=== The problem ===
Only these lines of the data below are wanted: the one with "#23=CARTESIAN_POINT('',(1.118019,0.1,1.000017));", the one with "#41=EDGE_CURVE('',#33,#16,#40,.T.);", and any lines between them, each repeated exactly.
____ Data records
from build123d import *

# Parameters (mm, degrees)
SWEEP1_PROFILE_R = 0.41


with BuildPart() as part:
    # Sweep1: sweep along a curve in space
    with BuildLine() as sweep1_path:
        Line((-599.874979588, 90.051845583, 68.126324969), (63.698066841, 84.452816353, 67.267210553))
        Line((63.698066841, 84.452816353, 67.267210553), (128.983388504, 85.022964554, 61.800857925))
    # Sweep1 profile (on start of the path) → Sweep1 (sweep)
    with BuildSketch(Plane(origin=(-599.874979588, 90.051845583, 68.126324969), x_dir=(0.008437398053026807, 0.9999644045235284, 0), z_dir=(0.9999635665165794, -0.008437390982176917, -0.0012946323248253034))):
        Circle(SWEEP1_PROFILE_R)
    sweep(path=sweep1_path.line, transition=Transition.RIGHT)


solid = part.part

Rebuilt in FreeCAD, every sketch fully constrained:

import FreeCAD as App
import Part
import Sketcher

V = App.Vector

doc = App.newDocument("Part")
body = doc.addObject("PartDesign::Body", "Body")

sketch1 = doc.addObject("Sketcher::SketchObject", "Sketch")
body.addObject(sketch1)
sketch1.Placement = App.Placement(V(-599.87498, 90.051846, 68.126325), App.Rotation(V(0.008437398, 0.999964405, 0), V(0.001294586, -0.000010923, 0.999999163), V(0.999963567, -0.008437391, -0.001294632), "ZXY"))
sketch1.addGeometry(Part.Circle(V(0, 0, 0), V(0, 0, 1), 0.41), False)
sketch1.addConstraint([
    Sketcher.Constraint("Coincident", 0, 3, -1, 1),
    Sketcher.Constraint("Diameter", 0, 0.82),
])

sketch2 = doc.addObject("Sketcher::SketchObject", "Sketch001")
body.addObject(sketch2)
sketch2.Placement = App.Placement(V(0.826282, 94.894508, 19.766016), App.Rotation(V(0, 0.203917933, -0.978987986), V(0.999963669, -0.008344995, -0.001738218), V(-0.008524104, -0.978952418, -0.203910525), "ZXY"))
sketch2.addGeometry([
    Part.LineSegment(V(-48, -601, 0), V(-49, 63, 0)),
    Part.LineSegment(V(-49, 63, 0), V(-43, 128, 0)),
], False)
sketch2.addConstraint([
    Sketcher.Constraint("Coincident", 0, 2, 1, 1),
    Sketcher.Constraint("DistanceY", -1, 1, 0, 2, 62.874069),
    Sketcher.Constraint("DistanceX", 1, 2, -1, 1, 43.16459),
    Sketcher.Constraint("DistanceX", 0, 2, 0, 1, 0.30068),
    Sketcher.Constraint("DistanceY", 0, 1, 1, 2, 728.884849),
    Sketcher.Constraint("Distance", 0, 663.597223),
    Sketcher.Constraint("Distance", 1, 65.516252),
])
doc.recompute()

additivepipe = doc.addObject("PartDesign::AdditivePipe", "AdditivePipe")
body.addObject(additivepipe)
additivepipe.Profile = sketch1
additivepipe.Spine = (sketch2, ["Edge1", "Edge2"])
additivepipe.Transition = "Right corner"

doc.recompute()
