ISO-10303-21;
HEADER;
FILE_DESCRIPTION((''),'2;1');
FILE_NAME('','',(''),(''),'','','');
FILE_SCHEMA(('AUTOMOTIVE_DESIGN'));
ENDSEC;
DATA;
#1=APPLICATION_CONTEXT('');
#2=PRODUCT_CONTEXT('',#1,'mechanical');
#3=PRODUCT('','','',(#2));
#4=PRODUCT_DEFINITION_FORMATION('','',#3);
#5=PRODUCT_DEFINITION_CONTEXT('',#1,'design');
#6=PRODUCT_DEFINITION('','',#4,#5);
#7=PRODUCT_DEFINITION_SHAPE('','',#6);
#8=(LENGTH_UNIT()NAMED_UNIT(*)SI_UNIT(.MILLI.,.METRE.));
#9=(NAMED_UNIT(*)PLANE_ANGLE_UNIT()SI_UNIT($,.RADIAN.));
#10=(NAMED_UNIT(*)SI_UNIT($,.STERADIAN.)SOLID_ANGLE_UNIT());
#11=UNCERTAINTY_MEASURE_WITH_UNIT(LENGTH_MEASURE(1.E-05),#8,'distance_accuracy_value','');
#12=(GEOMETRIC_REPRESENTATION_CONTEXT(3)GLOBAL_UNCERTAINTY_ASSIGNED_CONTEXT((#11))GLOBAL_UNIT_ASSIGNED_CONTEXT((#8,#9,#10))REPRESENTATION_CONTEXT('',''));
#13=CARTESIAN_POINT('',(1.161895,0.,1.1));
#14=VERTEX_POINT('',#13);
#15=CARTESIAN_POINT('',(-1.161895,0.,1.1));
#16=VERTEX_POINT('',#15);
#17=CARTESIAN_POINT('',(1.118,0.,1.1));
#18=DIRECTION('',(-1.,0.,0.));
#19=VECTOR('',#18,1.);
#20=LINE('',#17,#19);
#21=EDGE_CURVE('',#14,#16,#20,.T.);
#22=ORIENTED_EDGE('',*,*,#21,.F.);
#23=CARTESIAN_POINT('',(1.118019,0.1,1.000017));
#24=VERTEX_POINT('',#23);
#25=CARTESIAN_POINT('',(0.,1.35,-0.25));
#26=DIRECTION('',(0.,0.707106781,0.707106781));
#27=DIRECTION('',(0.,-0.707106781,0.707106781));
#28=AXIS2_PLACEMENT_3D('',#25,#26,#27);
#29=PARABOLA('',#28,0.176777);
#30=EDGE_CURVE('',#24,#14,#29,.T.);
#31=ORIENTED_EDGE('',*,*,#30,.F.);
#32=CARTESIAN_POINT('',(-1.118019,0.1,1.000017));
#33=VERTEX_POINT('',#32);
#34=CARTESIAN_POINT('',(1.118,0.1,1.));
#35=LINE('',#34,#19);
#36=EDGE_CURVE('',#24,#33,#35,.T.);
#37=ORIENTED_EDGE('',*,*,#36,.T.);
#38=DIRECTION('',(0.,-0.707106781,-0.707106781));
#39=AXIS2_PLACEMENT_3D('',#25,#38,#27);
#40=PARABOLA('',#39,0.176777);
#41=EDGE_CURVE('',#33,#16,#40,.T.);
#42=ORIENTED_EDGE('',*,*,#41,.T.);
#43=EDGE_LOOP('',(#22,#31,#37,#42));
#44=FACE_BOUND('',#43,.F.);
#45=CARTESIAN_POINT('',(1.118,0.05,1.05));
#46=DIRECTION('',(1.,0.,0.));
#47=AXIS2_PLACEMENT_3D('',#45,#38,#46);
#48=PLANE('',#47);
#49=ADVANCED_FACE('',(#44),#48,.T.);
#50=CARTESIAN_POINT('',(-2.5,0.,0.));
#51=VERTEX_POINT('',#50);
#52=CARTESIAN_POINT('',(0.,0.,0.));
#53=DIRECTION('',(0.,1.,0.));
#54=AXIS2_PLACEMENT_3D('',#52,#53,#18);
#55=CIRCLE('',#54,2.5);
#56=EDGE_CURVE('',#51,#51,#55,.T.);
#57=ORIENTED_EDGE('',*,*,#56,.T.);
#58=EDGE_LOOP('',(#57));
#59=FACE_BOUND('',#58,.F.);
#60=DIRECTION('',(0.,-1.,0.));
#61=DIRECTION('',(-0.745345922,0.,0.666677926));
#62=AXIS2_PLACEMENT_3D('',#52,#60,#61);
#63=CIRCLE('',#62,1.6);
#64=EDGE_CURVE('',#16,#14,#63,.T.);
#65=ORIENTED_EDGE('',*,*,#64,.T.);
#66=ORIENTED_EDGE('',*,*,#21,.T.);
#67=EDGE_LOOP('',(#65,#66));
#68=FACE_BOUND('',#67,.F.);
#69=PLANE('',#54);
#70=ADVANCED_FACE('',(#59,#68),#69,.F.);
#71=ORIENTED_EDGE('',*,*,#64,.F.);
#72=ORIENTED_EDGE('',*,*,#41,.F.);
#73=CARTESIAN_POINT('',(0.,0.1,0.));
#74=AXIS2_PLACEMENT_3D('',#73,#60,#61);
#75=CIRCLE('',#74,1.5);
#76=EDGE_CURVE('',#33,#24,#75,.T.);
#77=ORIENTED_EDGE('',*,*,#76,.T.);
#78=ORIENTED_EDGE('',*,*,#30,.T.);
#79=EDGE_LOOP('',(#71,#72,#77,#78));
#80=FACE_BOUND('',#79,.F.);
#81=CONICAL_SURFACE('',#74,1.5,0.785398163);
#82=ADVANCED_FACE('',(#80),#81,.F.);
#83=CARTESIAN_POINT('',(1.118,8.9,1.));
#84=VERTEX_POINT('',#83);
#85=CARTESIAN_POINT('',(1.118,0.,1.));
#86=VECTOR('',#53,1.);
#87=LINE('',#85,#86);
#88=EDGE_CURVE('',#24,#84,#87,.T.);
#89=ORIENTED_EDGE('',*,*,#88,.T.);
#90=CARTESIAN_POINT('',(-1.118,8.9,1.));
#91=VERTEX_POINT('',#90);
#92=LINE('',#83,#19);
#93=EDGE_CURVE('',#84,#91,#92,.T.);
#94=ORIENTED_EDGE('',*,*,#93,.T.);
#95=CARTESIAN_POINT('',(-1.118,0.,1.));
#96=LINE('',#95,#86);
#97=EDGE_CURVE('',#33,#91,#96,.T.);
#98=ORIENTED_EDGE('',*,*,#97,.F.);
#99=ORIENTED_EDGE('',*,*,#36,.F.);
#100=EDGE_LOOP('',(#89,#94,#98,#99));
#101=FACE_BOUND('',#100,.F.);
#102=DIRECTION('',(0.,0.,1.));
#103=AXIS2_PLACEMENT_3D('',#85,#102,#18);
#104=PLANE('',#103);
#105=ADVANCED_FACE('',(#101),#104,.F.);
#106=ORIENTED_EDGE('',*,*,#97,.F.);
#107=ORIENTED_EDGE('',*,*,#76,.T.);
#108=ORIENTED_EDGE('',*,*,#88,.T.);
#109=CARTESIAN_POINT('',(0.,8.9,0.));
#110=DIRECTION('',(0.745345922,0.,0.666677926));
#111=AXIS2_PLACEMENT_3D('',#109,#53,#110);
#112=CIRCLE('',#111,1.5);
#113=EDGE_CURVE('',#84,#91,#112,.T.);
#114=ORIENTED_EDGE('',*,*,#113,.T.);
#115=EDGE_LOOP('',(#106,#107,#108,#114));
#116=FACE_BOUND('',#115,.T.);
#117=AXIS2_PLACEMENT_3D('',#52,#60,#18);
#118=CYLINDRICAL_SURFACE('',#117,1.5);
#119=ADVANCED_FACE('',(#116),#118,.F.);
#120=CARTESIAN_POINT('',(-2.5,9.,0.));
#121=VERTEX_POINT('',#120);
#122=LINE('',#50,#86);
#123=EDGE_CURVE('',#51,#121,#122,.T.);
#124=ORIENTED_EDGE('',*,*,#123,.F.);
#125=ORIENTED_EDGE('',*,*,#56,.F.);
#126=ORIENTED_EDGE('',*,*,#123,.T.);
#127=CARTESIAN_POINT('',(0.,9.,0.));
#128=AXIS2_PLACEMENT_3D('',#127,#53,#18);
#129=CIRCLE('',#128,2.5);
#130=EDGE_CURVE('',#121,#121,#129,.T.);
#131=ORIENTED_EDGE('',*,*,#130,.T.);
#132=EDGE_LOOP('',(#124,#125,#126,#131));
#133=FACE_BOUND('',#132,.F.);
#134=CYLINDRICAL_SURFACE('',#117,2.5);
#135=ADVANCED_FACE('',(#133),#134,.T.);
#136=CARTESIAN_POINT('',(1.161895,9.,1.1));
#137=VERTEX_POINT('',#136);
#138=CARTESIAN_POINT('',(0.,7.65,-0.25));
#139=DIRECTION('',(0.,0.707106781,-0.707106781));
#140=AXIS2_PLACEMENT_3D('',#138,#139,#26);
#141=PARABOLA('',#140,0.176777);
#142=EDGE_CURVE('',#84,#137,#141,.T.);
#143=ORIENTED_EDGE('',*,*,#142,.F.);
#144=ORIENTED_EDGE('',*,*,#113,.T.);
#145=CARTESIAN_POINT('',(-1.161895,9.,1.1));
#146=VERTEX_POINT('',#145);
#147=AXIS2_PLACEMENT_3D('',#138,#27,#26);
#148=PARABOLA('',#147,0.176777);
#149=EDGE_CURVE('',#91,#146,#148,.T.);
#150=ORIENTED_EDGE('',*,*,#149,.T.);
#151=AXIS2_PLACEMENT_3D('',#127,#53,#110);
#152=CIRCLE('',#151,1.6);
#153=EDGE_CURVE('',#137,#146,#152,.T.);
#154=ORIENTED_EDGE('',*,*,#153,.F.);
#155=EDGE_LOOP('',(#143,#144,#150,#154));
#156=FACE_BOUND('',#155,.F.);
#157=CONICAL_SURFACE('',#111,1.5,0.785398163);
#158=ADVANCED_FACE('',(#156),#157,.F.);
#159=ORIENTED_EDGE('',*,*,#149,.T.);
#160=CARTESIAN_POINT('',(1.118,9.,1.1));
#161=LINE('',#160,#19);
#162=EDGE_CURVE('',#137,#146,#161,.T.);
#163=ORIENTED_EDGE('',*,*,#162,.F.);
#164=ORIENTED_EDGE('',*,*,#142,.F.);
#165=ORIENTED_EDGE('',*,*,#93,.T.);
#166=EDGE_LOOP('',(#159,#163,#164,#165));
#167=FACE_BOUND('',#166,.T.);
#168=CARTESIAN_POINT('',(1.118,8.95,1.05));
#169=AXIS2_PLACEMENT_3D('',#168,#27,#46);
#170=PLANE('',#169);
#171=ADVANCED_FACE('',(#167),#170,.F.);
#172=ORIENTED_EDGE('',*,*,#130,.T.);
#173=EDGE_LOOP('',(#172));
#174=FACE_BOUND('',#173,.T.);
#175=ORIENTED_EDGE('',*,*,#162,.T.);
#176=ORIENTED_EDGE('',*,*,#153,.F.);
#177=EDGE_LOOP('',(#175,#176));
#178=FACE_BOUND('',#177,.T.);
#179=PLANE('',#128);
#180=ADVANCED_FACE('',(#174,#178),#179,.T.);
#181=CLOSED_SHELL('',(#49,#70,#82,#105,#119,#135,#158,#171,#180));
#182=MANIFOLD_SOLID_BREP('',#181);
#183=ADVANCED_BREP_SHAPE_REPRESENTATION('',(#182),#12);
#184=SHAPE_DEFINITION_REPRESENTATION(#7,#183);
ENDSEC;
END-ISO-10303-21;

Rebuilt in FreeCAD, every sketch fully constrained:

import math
import FreeCAD as App
import Part
import Sketcher
from FreeCAD import Vector


def edges_at(feature, points):
    """Names of the edges that pass closest to the given points."""
    edges = feature.Shape.Edges
    near = lambda p: min(range(len(edges)), key=lambda i: edges[i].distToShape(Part.Vertex(*p))[0])
    return sorted({f"Edge{near(p) + 1}" for p in points})

doc = App.newDocument("Part")
body = doc.addObject("PartDesign::Body", "Body")

# Sketch on XZ plane
sketch1 = doc.addObject("Sketcher::SketchObject", "Sketch")
body.addObject(sketch1)
sketch1.AttachmentSupport = (doc.XZ_Plane, [""])
sketch1.MapMode = "FlatFace"
sketch1.addGeometry([
    Part.Circle(Vector(0, 0, 0), Vector(0, 0, 1), 2.5),
    Part.LineSegment(Vector(1.118, 1, 0), Vector(-1.118, 1, 0)),
    Part.ArcOfCircle(Part.Circle(Vector(0, 0, 0), Vector(0, 0, 1), 1.5), math.radians(138.18882), math.radians(401.81118)),
], False)
sketch1.addConstraint([
    Sketcher.Constraint("Coincident", 1, 1, 2, 2),
    Sketcher.Constraint("Coincident", 2, 1, 1, 2),
    Sketcher.Constraint("Horizontal", 1),
    Sketcher.Constraint("Coincident", 0, 3, -1, 1),
    Sketcher.Constraint("Coincident", 2, 3, -1, 1),
    Sketcher.Constraint("Diameter", 0, 5.0),
    Sketcher.Constraint("Radius", 2, 1.5),
    Sketcher.Constraint("DistanceX", 1, 2, 1, 1, 2.236),
])
pad1 = doc.addObject("PartDesign::Pad", "Pad")
body.addObject(pad1)
pad1.Profile = sketch1
pad1.Length = 9
pad1.Reversed = True
doc.recompute()

chamfer = doc.addObject("PartDesign::Chamfer", "Chamfer")
body.addObject(chamfer)
chamfer.Base = (pad1, edges_at(pad1, [
    (0, 0, -1.5),
    (0, 0, 1),
    (0, 9, 1),
    (0, 9, -1.5),
]))
chamfer.Size = 0.1

doc.recompute()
________
=== Answer box ===
#23=CARTESIAN_POINT('',(1.118019,0.1,1.000017));
#24=VERTEX_POINT('',#23);
#25=CARTESIAN_POINT('',(0.,1.35,-0.25));
#26=DIRECTION('',(0.,0.707106781,0.707106781));
#27=DIRECTION('',(0.,-0.707106781,0.707106781));
#28=AXIS2_PLACEMENT_3D('',#25,#26,#27);
#29=PARABOLA('',#28,0.176777);
#30=EDGE_CURVE('',#24,#14,#29,.T.);
#31=ORIENTED_EDGE('',*,*,#30,.F.);
#32=CARTESIAN_POINT('',(-1.118019,0.1,1.000017));
#33=VERTEX_POINT('',#32);
#34=CARTESIAN_POINT('',(1.118,0.1,1.));
#35=LINE('',#34,#19);
#36=EDGE_CURVE('',#24,#33,#35,.T.);
#37=ORIENTED_EDGE('',*,*,#36,.T.);
#38=DIRECTION('',(0.,-0.707106781,-0.707106781));
#39=AXIS2_PLACEMENT_3D('',#25,#38,#27);
#40=PARABOLA('',#39,0.176777);
#41=EDGE_CURVE('',#33,#16,#40,.T.);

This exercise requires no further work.